In 1976, Nambiar was also given the opportunity by Bernama to attend a three-month journalism course at the AFP headquarters in Paris. He was the first Bernama journalist to participate in the programme, which was fully funded by the French government.

At AFP, he was placed at the English desk and after completing the course, he served a two-month internship at the international news agency's London office.

Nambiar said the training programme was aimed at introducing AFP to Malaysia and several other Asian countries. The programme lasted 10 years and during that period, seven Bernama journalists participated in it.

Then, in 1984 came the turning point in Nambiar's career when he left Bernama to join AFP in its Kuala Lumpur office. He served as AFP bureau chief in Singapore before being promoted as head of the Singapore, Malaysia and Brunei bureaus in 1992.

Three years later, in 1995, he was appointed as AFP sales manager for the Asia-Pacific region.

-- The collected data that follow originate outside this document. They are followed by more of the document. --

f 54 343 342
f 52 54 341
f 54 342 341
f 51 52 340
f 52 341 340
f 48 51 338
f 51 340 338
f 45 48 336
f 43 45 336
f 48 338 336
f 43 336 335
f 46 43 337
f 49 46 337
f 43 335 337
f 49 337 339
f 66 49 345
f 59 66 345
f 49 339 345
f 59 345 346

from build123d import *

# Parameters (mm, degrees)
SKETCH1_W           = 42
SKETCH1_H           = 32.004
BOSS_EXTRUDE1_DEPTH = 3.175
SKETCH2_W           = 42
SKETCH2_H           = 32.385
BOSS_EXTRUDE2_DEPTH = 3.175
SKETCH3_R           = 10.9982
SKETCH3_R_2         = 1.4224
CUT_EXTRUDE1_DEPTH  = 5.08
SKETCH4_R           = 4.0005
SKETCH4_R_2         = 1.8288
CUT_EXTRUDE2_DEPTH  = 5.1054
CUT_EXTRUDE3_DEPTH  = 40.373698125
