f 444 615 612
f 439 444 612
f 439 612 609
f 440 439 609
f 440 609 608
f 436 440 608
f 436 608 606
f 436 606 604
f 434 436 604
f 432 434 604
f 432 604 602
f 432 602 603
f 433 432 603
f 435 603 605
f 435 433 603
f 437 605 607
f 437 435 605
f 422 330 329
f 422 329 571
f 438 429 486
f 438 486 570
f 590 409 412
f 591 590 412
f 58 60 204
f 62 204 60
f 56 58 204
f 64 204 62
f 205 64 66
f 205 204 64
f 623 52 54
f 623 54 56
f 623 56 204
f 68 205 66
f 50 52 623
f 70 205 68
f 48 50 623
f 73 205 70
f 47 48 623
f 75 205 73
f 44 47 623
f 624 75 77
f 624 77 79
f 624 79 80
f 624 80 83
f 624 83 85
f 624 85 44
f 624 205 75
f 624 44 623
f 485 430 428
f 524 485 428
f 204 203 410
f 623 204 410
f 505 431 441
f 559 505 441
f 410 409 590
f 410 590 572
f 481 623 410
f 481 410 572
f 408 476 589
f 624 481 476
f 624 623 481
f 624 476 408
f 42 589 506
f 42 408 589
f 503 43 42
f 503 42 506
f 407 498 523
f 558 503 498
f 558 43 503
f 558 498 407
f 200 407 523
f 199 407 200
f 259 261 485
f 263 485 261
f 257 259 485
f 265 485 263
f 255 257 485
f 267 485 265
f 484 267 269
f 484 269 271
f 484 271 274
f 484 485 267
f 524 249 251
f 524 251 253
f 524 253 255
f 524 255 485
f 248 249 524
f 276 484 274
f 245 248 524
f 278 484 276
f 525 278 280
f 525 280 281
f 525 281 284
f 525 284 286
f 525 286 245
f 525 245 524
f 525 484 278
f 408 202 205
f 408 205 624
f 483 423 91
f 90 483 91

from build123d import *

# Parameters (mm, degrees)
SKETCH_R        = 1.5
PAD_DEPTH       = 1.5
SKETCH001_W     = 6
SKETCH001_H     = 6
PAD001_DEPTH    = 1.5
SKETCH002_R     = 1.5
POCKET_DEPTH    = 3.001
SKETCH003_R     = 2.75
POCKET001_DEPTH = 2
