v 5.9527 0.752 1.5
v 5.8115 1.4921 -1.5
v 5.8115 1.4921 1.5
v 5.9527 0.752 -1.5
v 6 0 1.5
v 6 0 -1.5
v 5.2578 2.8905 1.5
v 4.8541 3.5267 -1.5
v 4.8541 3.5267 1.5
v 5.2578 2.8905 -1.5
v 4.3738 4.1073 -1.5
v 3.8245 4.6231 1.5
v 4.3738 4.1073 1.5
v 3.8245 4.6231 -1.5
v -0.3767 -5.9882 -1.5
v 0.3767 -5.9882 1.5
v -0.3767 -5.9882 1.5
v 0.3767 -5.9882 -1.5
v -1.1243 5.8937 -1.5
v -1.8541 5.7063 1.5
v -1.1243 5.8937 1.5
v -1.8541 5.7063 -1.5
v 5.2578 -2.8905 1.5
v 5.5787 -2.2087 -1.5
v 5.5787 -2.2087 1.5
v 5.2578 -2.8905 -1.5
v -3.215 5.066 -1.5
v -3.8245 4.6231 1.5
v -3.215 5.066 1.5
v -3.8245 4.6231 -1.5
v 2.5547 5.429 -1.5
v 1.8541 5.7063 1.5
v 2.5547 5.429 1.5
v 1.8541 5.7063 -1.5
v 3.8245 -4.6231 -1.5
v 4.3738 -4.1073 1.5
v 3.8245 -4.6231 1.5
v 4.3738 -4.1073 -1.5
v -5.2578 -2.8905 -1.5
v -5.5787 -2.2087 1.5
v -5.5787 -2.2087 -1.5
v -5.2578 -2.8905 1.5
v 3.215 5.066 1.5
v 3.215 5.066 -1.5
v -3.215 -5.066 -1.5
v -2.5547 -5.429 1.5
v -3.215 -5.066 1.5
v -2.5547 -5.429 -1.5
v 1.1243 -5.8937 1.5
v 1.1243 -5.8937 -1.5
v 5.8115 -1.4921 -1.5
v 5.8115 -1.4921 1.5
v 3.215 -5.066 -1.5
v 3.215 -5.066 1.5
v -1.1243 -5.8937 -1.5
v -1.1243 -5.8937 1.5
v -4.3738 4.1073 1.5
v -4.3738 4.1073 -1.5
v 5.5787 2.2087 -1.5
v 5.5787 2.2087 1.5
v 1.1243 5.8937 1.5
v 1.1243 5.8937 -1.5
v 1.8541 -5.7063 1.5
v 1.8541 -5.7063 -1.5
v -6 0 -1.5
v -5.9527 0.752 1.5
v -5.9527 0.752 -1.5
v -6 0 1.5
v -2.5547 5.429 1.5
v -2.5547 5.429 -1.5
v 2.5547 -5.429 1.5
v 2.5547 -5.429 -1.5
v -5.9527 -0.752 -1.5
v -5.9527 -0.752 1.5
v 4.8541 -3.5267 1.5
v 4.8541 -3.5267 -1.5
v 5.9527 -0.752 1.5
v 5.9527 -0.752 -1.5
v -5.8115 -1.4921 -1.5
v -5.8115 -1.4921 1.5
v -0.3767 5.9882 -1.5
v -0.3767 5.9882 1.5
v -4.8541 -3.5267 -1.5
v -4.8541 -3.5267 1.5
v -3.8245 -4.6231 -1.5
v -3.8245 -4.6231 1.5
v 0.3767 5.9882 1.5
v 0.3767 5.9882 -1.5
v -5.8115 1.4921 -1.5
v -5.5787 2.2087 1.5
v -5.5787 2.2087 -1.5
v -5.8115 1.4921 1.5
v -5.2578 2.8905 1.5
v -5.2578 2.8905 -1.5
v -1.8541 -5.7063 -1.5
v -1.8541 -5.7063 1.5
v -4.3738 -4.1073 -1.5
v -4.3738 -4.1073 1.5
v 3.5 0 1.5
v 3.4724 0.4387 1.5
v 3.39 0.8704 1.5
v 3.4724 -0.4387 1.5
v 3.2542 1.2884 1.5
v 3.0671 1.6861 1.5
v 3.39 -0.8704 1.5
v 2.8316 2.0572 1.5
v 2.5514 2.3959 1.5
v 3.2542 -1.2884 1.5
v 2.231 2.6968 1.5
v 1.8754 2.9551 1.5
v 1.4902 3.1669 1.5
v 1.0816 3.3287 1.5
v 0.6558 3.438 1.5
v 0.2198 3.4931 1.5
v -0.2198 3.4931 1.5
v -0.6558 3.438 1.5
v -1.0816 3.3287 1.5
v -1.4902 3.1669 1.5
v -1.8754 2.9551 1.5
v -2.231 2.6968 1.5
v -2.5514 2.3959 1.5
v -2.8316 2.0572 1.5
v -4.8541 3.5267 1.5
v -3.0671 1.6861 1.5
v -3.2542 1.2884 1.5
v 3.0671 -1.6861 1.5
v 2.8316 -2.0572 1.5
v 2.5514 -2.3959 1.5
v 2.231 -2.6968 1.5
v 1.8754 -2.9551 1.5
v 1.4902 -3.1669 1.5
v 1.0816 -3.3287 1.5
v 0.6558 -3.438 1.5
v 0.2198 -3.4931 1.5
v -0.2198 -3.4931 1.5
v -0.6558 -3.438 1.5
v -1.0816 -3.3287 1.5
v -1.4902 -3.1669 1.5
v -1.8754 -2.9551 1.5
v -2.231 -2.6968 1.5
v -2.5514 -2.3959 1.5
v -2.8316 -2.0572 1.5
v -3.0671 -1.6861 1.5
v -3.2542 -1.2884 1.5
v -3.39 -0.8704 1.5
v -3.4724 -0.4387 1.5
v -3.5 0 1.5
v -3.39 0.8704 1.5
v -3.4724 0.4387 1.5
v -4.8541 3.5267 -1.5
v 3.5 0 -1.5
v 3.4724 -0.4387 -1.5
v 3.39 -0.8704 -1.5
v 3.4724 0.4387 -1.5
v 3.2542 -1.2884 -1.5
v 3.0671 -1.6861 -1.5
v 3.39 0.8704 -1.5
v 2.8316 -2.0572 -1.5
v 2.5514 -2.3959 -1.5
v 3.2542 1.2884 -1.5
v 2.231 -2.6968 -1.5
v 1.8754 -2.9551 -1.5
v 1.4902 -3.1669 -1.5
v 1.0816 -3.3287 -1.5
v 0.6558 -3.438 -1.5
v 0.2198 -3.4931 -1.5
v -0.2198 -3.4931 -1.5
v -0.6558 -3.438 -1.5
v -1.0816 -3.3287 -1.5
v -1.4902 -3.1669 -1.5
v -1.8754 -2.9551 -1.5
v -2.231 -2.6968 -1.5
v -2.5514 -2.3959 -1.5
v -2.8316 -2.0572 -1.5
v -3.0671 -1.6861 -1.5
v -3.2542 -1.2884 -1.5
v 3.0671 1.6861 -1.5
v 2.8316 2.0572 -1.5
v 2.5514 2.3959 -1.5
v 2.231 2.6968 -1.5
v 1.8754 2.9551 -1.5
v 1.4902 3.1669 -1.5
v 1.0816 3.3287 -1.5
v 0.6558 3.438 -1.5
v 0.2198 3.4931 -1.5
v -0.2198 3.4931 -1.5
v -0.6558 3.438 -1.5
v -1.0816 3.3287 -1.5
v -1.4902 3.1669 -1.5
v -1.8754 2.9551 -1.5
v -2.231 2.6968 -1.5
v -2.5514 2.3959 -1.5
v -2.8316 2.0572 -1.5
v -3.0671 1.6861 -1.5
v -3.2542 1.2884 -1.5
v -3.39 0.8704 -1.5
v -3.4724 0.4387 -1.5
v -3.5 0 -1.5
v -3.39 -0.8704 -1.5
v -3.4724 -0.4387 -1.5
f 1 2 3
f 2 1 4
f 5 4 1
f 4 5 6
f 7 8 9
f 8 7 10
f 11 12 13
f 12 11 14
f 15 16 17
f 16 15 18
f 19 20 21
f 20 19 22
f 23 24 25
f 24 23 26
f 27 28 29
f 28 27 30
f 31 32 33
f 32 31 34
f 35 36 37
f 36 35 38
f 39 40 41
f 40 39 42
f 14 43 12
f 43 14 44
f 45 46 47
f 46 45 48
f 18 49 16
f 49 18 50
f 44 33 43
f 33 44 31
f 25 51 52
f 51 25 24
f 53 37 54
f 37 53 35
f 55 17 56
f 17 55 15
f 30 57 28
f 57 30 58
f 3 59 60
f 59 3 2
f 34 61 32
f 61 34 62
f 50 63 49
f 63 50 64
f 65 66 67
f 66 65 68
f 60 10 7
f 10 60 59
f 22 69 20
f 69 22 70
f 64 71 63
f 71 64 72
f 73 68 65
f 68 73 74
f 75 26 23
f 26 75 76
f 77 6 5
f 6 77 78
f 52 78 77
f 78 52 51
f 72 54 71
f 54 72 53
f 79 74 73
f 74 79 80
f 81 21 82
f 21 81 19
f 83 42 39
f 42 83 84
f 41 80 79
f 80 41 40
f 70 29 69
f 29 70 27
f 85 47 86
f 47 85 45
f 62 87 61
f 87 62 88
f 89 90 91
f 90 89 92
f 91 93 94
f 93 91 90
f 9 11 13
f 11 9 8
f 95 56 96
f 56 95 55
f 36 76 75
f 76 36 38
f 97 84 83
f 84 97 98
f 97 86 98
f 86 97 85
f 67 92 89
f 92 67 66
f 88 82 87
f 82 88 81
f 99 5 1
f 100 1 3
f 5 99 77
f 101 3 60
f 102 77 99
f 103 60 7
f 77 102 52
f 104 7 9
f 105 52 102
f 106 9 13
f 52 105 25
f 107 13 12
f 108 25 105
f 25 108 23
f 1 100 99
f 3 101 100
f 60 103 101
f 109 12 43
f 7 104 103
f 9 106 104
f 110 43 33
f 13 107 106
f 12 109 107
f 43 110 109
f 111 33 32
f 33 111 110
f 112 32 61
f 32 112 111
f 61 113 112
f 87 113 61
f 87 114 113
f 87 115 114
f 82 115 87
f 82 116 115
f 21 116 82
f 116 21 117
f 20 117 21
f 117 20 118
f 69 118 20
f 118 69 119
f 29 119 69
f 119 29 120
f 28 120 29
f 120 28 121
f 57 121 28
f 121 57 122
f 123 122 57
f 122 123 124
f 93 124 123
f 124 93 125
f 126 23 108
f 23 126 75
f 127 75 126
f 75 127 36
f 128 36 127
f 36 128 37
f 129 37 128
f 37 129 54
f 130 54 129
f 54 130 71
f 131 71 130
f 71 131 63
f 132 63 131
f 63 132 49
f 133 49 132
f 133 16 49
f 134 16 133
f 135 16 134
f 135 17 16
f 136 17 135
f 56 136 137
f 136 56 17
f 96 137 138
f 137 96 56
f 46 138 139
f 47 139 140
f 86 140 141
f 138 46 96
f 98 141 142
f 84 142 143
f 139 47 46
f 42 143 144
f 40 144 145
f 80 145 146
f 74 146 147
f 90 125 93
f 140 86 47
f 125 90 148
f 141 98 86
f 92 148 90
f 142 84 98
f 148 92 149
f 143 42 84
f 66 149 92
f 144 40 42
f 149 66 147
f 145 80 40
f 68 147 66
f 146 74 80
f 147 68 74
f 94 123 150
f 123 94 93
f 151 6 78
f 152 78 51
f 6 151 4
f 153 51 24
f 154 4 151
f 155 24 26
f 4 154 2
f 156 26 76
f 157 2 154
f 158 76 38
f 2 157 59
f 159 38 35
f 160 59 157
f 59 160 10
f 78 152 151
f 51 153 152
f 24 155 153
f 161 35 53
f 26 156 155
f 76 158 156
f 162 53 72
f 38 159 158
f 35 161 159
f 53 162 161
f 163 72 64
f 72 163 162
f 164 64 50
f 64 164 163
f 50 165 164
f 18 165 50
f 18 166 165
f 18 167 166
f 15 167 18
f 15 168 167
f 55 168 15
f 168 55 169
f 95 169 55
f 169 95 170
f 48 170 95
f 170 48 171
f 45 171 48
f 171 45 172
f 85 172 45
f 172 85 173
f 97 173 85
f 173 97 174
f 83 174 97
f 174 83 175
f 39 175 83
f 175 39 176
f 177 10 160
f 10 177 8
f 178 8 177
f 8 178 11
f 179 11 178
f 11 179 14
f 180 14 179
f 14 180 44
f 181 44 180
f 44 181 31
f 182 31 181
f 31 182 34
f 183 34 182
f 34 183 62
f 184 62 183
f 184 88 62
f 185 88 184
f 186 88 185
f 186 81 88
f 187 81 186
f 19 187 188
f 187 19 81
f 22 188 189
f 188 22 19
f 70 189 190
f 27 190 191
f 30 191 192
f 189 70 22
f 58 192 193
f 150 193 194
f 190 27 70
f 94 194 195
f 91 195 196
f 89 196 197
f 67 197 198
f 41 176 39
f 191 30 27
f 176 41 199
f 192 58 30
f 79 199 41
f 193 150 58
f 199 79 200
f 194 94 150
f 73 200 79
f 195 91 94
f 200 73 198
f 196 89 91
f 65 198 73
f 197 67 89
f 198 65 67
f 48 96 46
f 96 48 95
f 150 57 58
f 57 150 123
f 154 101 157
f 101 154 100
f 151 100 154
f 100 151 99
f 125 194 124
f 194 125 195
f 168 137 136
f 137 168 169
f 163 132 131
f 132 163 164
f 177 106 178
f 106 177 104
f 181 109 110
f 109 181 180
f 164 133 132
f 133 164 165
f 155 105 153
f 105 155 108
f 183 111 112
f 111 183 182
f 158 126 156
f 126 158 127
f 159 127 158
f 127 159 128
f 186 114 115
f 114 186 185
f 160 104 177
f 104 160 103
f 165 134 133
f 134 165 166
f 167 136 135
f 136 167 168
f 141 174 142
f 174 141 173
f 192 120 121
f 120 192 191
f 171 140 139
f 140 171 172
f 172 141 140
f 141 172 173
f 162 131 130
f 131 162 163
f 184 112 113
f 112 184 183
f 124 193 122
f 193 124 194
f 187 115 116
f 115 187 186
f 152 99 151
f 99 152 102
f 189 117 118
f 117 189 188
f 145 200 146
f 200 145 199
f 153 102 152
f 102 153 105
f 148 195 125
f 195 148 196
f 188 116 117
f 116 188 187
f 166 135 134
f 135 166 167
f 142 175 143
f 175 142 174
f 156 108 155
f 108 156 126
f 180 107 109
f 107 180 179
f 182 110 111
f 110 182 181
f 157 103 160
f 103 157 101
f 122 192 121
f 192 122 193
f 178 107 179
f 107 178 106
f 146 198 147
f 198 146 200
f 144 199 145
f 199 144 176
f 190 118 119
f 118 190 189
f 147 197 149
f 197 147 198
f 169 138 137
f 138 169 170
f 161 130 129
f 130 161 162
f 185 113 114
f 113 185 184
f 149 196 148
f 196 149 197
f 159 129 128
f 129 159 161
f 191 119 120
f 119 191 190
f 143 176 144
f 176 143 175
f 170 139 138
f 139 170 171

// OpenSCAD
$fn = 50;


difference() {
	union() {
		translate(v = [0, 0, -1.5000000000]) {
			cylinder(h = 3, r = 6.0000000000);
		}
	}
	union() {
		translate(v = [0, 0, -100.0000000000]) {
			cylinder(h = 200, r = 3.5000000000);
		}
	}
}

"From writing news, I went to selling news," he said, grinning, and then confessed, "In fact, it was harder to sell news than to write them."

The new position took Nambiar to AFP's Hong Kong office, where he remained for 22 years before retiring as director of sales and marketing last December.

For his contributions to the media industry, Nambiar was conferred the French government's highest award, Legion D'Honeur, in 2013.


Although it has been years since Nambiar had written news features or articles, journalism remains embedded in his soul. And, he is also confident that the print media is here to stay, despite the proliferation of digital news providers.

"I think claims that (the traditional) newspapers will disappear altogether are overrated. News will remain news, more so because there's (a lot of) fake news in the world of social media.

"The world still relies on newspapers, the media and news agencies," he observed.

Asked if he had any advice to dish out to young journalists, Nambiar said they should have integrity and be fair in their news coverage and reporting.

"To me, there is no difference between journalists in the 1960s and journalists in the present era. A reporter still has to do some homework before making any coverage and has to be honest and fair when writing," he said.

Acknowledging Bernama's training programme for its cadet journalists, Nambiar said it was based on the journalism training programe used in London and was also used by many newspapers and news agencies.

"Under the programme, the cadets take turns to serve at the various sections (in the editorial department). After two years, only the best will remain," he added.